3) We can then use SVD to compute the eigenvectors and corresponding eigenvalues of the above covariance matrix "$cov$":

$$cov=U\Sigma U^T$$

4) If our target dimension is $p$ ($p<n$), then we will select the first $p$ columns of the $U$ matrix and get matrix $U_{reduce}$.

5) To get the compressed data set, we can do the transformation as below:

$$X_{reduce}=XU_{reduce}$$

6) To appoximate the original data set given the compressed data, we can use:

$$X=X_{reduce}U_{reduce}^T$$

Note this is true because $U_{reduce}^{-1}=U_{reduce}^T$ (in this case, all the eigenvectors are unit vectors).

In practice, it is also important to choose the proper number of principal components. For data compression, we want to retain as much variation in the original data while reducing the dimension. Luckily, with SVD, we can get a estimate of the retained variation by:

$$\%\ of\ variance\ retained = \frac{\sum_{i=1}^{p}S_{ii}}{\sum_{i=1}^{n}S_{ii}}$$

Where $S_{ii}$ is the $ith$ diagonal element of the $\Sigma$ matrix, $p$ is the number of reduced dimension, and $n$ is the dimension of the original data.

For data visulization purposes, we usually choose 2 or 3 dimensions to plot the compressed data.

The following class PCA() implements the idea of principal component analysis.


In [1]:
import numpy as np

class PCA():

    def __init__(self, num_components):

        self.num_components = num_components
        self.U = None
        self.S = None

    def fit(self, X):

        # perform pca
        m = X.shape[0]
        X_mean = np.mean(X, axis=0)
        X -= X_mean
        cov = X.T.dot(X) * 1.0 / m
        self.U, self.S, _ = np.linalg.svd(cov)

        return self

    def project(self, X):

        # project data based on reduced dimension
        U_reduce = self.U[:, :self.num_components]
        X_reduce =  X.dot(U_reduce)

        return X_reduce

    def inverse(self, X_reduce):

        # recover the original data based on the reduced form
        U_reduce = self.U[:, :self.num_components]
        X = X_reduce.dot(U_reduce.T)

        return X

    def explained_variance(self):

        # print the ratio of explained variance with the pca
        explained = np.sum(self.S[:self.num_components])
        total = np.sum(self.S)

        return explained * 1.0 / total

Now we can use a demo data set to show dimensionality reduction and data visualization.

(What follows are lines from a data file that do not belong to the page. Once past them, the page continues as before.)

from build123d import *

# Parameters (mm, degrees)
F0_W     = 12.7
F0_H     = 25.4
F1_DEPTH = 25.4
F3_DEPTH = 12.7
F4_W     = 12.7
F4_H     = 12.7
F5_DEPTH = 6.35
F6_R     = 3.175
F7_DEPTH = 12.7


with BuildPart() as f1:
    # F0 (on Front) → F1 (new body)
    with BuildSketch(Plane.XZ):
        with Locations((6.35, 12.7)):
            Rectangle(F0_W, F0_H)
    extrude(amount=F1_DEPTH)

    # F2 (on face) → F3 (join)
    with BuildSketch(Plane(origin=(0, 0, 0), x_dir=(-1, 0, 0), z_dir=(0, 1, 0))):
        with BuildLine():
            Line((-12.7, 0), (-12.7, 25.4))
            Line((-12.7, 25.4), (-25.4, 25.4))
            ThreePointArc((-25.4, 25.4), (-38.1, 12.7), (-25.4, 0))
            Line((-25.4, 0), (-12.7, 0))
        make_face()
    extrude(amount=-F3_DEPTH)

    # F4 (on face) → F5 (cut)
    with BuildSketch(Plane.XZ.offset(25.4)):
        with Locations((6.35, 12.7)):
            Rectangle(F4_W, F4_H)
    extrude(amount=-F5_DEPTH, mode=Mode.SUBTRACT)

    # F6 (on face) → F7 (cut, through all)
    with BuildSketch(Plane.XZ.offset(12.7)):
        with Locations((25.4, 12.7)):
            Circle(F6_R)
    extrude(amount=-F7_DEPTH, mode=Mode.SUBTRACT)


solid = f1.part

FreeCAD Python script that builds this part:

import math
import FreeCAD as App
import Part
import Sketcher
from FreeCAD import Vector
Q = App.Units.Quantity

doc = App.newDocument("Part")
params = doc.addObject("Spreadsheet::Sheet", "Params")
for row, (alias, value) in enumerate([
    ("sketch1_height", "1 in"),
    ("sketch1_width", "0.5 in"),
    ("pad1_length", "1 in"),
    ("sketch2_radius", "0.5 in"),
    ("sketch2_width", "0.5 in"),
    ("pad2_length", "0.5 in"),
    ("sketch3_width", "0.5 in"),
    ("pocket1_length", "0.25 in"),
    ("sketch4_diameter", "0.25 in"),
], start=1):
    params.set(f"A{row}", alias)
    params.set(f"B{row}", "=" + value)
    params.setAlias(f"B{row}", alias)

body = doc.addObject("PartDesign::Body", "Body")

sketch1 = body.newObject("Sketcher::SketchObject", "Sketch")
sketch1.AttachmentSupport = (doc.getObject("XZ_Plane"), [""])
sketch1.MapMode = "FlatFace"
sketch1.addGeometry([
    Part.LineSegment(Vector(0, 25, 0), Vector(0, 0, 0)),
    Part.LineSegment(Vector(0, 0, 0), Vector(13, 0, 0)),
    Part.LineSegment(Vector(13, 0, 0), Vector(13, 25, 0)),
    Part.LineSegment(Vector(13, 25, 0), Vector(0, 25, 0)),
], False)
sketch1.addConstraint([
    Sketcher.Constraint("Coincident", 0, 2, 1, 1),
    Sketcher.Constraint("Coincident", 1, 2, 2, 1),
    Sketcher.Constraint("Coincident", 2, 2, 3, 1),
    Sketcher.Constraint("Coincident", 3, 2, 0, 1),
    Sketcher.Constraint("Vertical", 0),
    Sketcher.Constraint("Horizontal", 1),
    Sketcher.Constraint("Vertical", 2),
    Sketcher.Constraint("Horizontal", 3),
    Sketcher.Constraint("Coincident", 0, 2, -1, 1),
    Sketcher.Constraint("DistanceY", 0, 2, 0, 1, Q("1 in")),
    Sketcher.Constraint("DistanceX", 1, 1, 1, 2, Q("0.5 in")),
])
sketch1.setExpression("Constraints[9]", "Params.sketch1_height")
sketch1.setExpression("Constraints[10]", "Params.sketch1_width")
pad1 = body.newObject("PartDesign::Pad", "Pad")
pad1.Profile = sketch1
pad1.setExpression("Length", "Params.pad1_length")

sketch2 = body.newObject("Sketcher::SketchObject", "Sketch001")
sketch2.AttachmentSupport = (doc.getObject("XZ_Plane"), [""])
sketch2.MapMode = "FlatFace"
sketch2.addGeometry([
    Part.LineSegment(Vector(13, 0, 0), Vector(13, 25, 0)),
    Part.LineSegment(Vector(13, 25, 0), Vector(25, 25, 0)),
    Part.ArcOfCircle(Part.Circle(Vector(25, 13, 0), Vector(0, 0, 1), 13), math.radians(-90), math.radians(90)),
    Part.LineSegment(Vector(25, 0, 0), Vector(13, 0, 0)),
], False)
sketch2.addConstraint([
    Sketcher.Constraint("Coincident", 0, 2, 1, 1),
    Sketcher.Constraint("Tangent", 1, 2, 2, 2),
    Sketcher.Constraint("Tangent", 2, 1, 3, 1),
    Sketcher.Constraint("Coincident", 3, 2, 0, 1),
    Sketcher.Constraint("Vertical", 0),
    Sketcher.Constraint("Horizontal", 1),
    Sketcher.Constraint("Horizontal", 3),
    Sketcher.Constraint("PointOnObject", 2, 1, -1),
    Sketcher.Constraint("Radius", 2, Q("0.5 in")),
    Sketcher.Constraint("DistanceX", 1, 1, 1, 2, Q("0.5 in")),
    Sketcher.Constraint("DistanceX", -1, 1, 2, 3, Q("1 in")),
])
sketch2.setExpression("Constraints[8]", "Params.sketch2_radius")
sketch2.setExpression("Constraints[9]", "Params.sketch2_width")
pad2 = body.newObject("PartDesign::Pad", "Pad001")
pad2.Profile = sketch2
pad2.setExpression("Length", "Params.pad2_length")

sketch3 = body.newObject("Sketcher::SketchObject", "Sketch002")
sketch3.AttachmentSupport = (doc.getObject("XZ_Plane"), [""])
sketch3.MapMode = "FlatFace"
sketch3.AttachmentOffset = App.Placement(Vector(0, 0, 1 * 25.4), App.Rotation())
sketch3.addGeometry([
    Part.LineSegment(Vector(0, 19, 0), Vector(0, 6, 0)),
    Part.LineSegment(Vector(0, 6, 0), Vector(13, 6, 0)),
    Part.LineSegment(Vector(13, 6, 0), Vector(13, 19, 0)),
    Part.LineSegment(Vector(13, 19, 0), Vector(0, 19, 0)),
], False)
sketch3.addConstraint([
    Sketcher.Constraint("Coincident", 0, 2, 1, 1),
    Sketcher.Constraint("Coincident", 1, 2, 2, 1),
    Sketcher.Constraint("Coincident", 2, 2, 3, 1),
    Sketcher.Constraint("Coincident", 3, 2, 0, 1),
    Sketcher.Constraint("Vertical", 0),
    Sketcher.Constraint("Horizontal", 1),
    Sketcher.Constraint("Vertical", 2),
    Sketcher.Constraint("Horizontal", 3),
    Sketcher.Constraint("PointOnObject", 0, 2, -2),
    Sketcher.Constraint("Equal", 3, 0),
    Sketcher.Constraint("DistanceX", 1, 1, 1, 2, Q("0.5 in")),
    Sketcher.Constraint("DistanceY", -1, 1, 0, 2, Q("0.25 in")),
])
sketch3.setExpression("Constraints[10]", "Params.sketch3_width")
pocket1 = body.newObject("PartDesign::Pocket", "Pocket")
pocket1.Profile = sketch3
pocket1.setExpression("Length", "Params.pocket1_length")

sketch4 = body.newObject("Sketcher::SketchObject", "Sketch003")
sketch4.AttachmentSupport = (doc.getObject("XZ_Plane"), [""])
sketch4.MapMode = "FlatFace"
sketch4.AttachmentOffset = App.Placement(Vector(0, 0, 0.5 * 25.4), App.Rotation())
sketch4.addGeometry(Part.Circle(Vector(25.4, 12.7, 0), Vector(0, 0, 1), 3.2), False)
sketch4.addConstraint([
    Sketcher.Constraint("Diameter", 0, Q("0.25 in")),
    Sketcher.Constraint("DistanceX", -1, 1, 0, 3, Q("1 in")),
    Sketcher.Constraint("DistanceY", -1, 1, 0, 3, Q("0.5 in")),
])
sketch4.setExpression("Constraints[0]", "Params.sketch4_diameter")
pocket2 = body.newObject("PartDesign::Pocket", "Pocket001")
pocket2.Profile = sketch4
pocket2.Type = "ThroughAll"

doc.recompute()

We will use the Iris Data set as always.


In [2]:
from sklearn.datasets import load_iris
iris = load_iris()

X = iris['data']
y = iris['target']

print X.shape


(150L, 4L)

We can find that the dimension of the original $X$ matrix is 4. We can then compress it to 2 using PCA technique with the PCA() class that we defined above.


In [3]:
pca = PCA(num_components=2)
pca.fit(X)

X_reduce = pca.project(X)
print X_reduce.shape


(150L, 2L)

Now that the data has been compressed, we can check the ratianed variance.


In [4]:
print "{:.2%}".format(pca.explained_variance())


97.76%

We have 97.76% of variance retained. This is okay for data visulization purposes. But if we used PCA in supervised learning pipelines, we might want to add more dimension to keep more than 99% of the variation from the original data.

Finally, with the compressed dimension, we can plot to see the distribution of iris dataset.


In [5]:
%pylab inline
pylab.rcParams['figure.figsize'] = (10, 6)

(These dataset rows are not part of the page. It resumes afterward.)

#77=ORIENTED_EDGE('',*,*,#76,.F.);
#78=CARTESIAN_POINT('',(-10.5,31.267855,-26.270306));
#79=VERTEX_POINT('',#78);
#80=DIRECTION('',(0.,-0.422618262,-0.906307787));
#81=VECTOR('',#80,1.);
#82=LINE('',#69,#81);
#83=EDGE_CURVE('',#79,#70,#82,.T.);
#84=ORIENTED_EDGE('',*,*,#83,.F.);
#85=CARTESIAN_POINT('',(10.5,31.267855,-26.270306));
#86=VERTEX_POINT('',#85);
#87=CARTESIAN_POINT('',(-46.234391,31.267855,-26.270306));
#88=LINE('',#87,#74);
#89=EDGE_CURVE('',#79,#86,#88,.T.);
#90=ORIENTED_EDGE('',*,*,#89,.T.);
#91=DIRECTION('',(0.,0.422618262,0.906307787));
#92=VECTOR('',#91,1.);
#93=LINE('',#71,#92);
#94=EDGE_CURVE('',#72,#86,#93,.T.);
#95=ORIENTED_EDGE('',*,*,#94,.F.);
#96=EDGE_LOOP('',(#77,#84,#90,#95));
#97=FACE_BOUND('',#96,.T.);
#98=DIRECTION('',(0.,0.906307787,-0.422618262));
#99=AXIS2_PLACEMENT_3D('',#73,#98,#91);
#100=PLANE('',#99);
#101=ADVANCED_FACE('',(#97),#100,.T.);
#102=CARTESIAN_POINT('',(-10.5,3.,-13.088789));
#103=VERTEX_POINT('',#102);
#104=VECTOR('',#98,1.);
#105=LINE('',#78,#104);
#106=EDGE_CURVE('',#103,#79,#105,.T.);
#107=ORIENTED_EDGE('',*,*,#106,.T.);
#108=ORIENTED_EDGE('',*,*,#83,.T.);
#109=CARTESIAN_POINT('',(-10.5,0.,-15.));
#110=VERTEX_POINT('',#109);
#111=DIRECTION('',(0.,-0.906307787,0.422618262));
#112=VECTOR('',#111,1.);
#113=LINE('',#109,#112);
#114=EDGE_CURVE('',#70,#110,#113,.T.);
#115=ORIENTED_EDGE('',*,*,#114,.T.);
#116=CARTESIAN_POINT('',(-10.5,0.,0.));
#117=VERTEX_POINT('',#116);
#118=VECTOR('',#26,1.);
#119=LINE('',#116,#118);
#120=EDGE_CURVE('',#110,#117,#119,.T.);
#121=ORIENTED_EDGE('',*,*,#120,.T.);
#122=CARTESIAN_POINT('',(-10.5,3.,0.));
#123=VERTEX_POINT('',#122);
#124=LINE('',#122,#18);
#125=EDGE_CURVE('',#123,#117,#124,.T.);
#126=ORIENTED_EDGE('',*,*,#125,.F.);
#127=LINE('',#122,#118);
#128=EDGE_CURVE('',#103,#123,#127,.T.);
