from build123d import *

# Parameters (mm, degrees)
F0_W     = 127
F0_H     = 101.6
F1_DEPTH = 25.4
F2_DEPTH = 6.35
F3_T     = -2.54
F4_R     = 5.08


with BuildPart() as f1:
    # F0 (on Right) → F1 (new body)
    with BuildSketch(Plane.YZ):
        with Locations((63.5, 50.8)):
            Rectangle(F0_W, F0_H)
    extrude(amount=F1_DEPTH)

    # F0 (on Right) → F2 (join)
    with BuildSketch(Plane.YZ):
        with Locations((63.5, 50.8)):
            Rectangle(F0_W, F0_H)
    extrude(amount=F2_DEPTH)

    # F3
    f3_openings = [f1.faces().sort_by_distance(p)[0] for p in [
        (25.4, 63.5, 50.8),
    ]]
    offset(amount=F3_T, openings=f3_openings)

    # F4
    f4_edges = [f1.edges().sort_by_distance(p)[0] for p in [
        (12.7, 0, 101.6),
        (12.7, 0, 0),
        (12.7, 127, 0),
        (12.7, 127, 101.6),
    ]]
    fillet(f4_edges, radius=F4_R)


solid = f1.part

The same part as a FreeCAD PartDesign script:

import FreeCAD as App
import Part
import Sketcher

V = App.Vector
Q = App.Units.Quantity


def edges_at(feature, points):
    """Names of the edges that pass closest to the given points."""
    edges = feature.Shape.Edges
    near = lambda p: min(range(len(edges)), key=lambda i: edges[i].distToShape(Part.Vertex(*p))[0])
    return sorted({f"Edge{near(p) + 1}" for p in points})


def faces_at(feature, points):
    """Names of the faces that lie closest to the given points."""
    faces = feature.Shape.Faces
    near = lambda p: min(range(len(faces)), key=lambda i: faces[i].distToShape(Part.Vertex(*p))[0])
    return sorted({f"Face{near(p) + 1}" for p in points})


def add_polygon(sketch, points):
    """Adds a closed chain of lines whose ends are joined by coincident constraints."""
    first, n = sketch.GeometryCount, len(points)
    for a, b in zip(points, points[1:] + points[:1]):
        sketch.addGeometry(Part.LineSegment(App.Vector(*a, 0), App.Vector(*b, 0)), False)
    for i in range(n):
        sketch.addConstraint(Sketcher.Constraint("Coincident", first + i, 2, first + (i + 1) % n, 1))

doc = App.newDocument("Part")
params = doc.addObject("Spreadsheet::Sheet", "Params")
for row, (alias, value) in enumerate([
    ("sketch1_width", "5 in"),
    ("sketch1_height", "4 in"),
    ("pad1_length", "1 in"),
    ("sketch2_width", "5 in"),
    ("sketch2_height", "4 in"),
    ("pad2_length", "0.25 in"),
    ("thickness_wall", "0.1 in"),
    ("fillet_radius", "0.2 in"),
], start=1):
    params.set(f"A{row}", alias)
    params.set(f"B{row}", "=" + value)
    params.setAlias(f"B{row}", alias)

body = doc.addObject("PartDesign::Body", "Body")

sketch1 = body.newObject("Sketcher::SketchObject", "Sketch")
sketch1.AttachmentSupport = (doc.getObject("YZ_Plane"), [""])
sketch1.MapMode = "FlatFace"
add_polygon(sketch1, [(0, 102), (0, 0), (127, 0), (127, 102)])
sketch1.addConstraint([
    Sketcher.Constraint("Vertical", 0),
    Sketcher.Constraint("Horizontal", 1),
    Sketcher.Constraint("Vertical", 2),
    Sketcher.Constraint("Horizontal", 3),
    Sketcher.Constraint("Coincident", 0, 2, -1, 1),
    Sketcher.Constraint("DistanceX", 1, 1, 1, 2, Q("5 in")),
    Sketcher.Constraint("DistanceY", 0, 2, 0, 1, Q("4 in")),
])
sketch1.setExpression("Constraints[9]", "Params.sketch1_width")
sketch1.setExpression("Constraints[10]", "Params.sketch1_height")
pad1 = body.newObject("PartDesign::Pad", "Pad")
pad1.Profile = sketch1
pad1.setExpression("Length", "Params.pad1_length")

sketch2 = body.newObject("Sketcher::SketchObject", "Sketch001")
sketch2.AttachmentSupport = (doc.getObject("YZ_Plane"), [""])
sketch2.MapMode = "FlatFace"
add_polygon(sketch2, [(0, 102), (0, 0), (127, 0), (127, 102)])
sketch2.addConstraint([
    Sketcher.Constraint("Vertical", 0),
    Sketcher.Constraint("Horizontal", 1),
    Sketcher.Constraint("Vertical", 2),
    Sketcher.Constraint("Horizontal", 3),
    Sketcher.Constraint("Coincident", 0, 2, -1, 1),
    Sketcher.Constraint("DistanceX", 1, 1, 1, 2, Q("5 in")),
    Sketcher.Constraint("DistanceY", 0, 2, 0, 1, Q("4 in")),
])
sketch2.setExpression("Constraints[9]", "Params.sketch2_width")
sketch2.setExpression("Constraints[10]", "Params.sketch2_height")
pad2 = body.newObject("PartDesign::Pad", "Pad001")
pad2.Profile = sketch2
pad2.setExpression("Length", "Params.pad2_length")
doc.recompute()

thickness = body.newObject("PartDesign::Thickness", "Thickness")
thickness.Base = (pad2, faces_at(pad2, [(25.4, 63.5, 50.8)]))
thickness.setExpression("Value", "Params.thickness_wall")
thickness.Reversed = True
thickness.Join = "Arc"
doc.recompute()

fillet = body.newObject("PartDesign::Fillet", "Fillet")
fillet.Base = (thickness, edges_at(thickness, [
    (12.7, 0, 101.6),
    (12.7, 0, 0),
    (12.7, 127, 0),
    (12.7, 127, 101.6),
]))
fillet.setExpression("Radius", "Params.fillet_radius")

doc.recompute()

from matplotlib import pyplot as plt

for c, marker, class_num in zip(['green', 'r', 'cyan'], ['o', '^', 's'], np.unique(y)):

    plt.scatter(x=X_reduce[:, 0][y == class_num], y=X_reduce[:, 1][y == class_num], c=c, marker=marker,
                label="Class {}".format(class_num), alpha=0.7, s=30)


plt.xlabel("Component 1")
plt.ylabel("Component 2")
plt.legend()

plt.show()


Populating the interactive namespace from numpy and matplotlib

From the above example, we can see that PCA can help us visualize data with more than 3 feature dimensions. The general use of PCA is for dimensionality reductions in Machine Learning Pipelines. It can speed up the learning process and save memory when running supervised and unsupervised algorithms on large dataset. However, it also throws away some information when reducing the feature dimension. Thus it is always beneficial to test whether using PCA on top of something else since it's pretty easy to set up.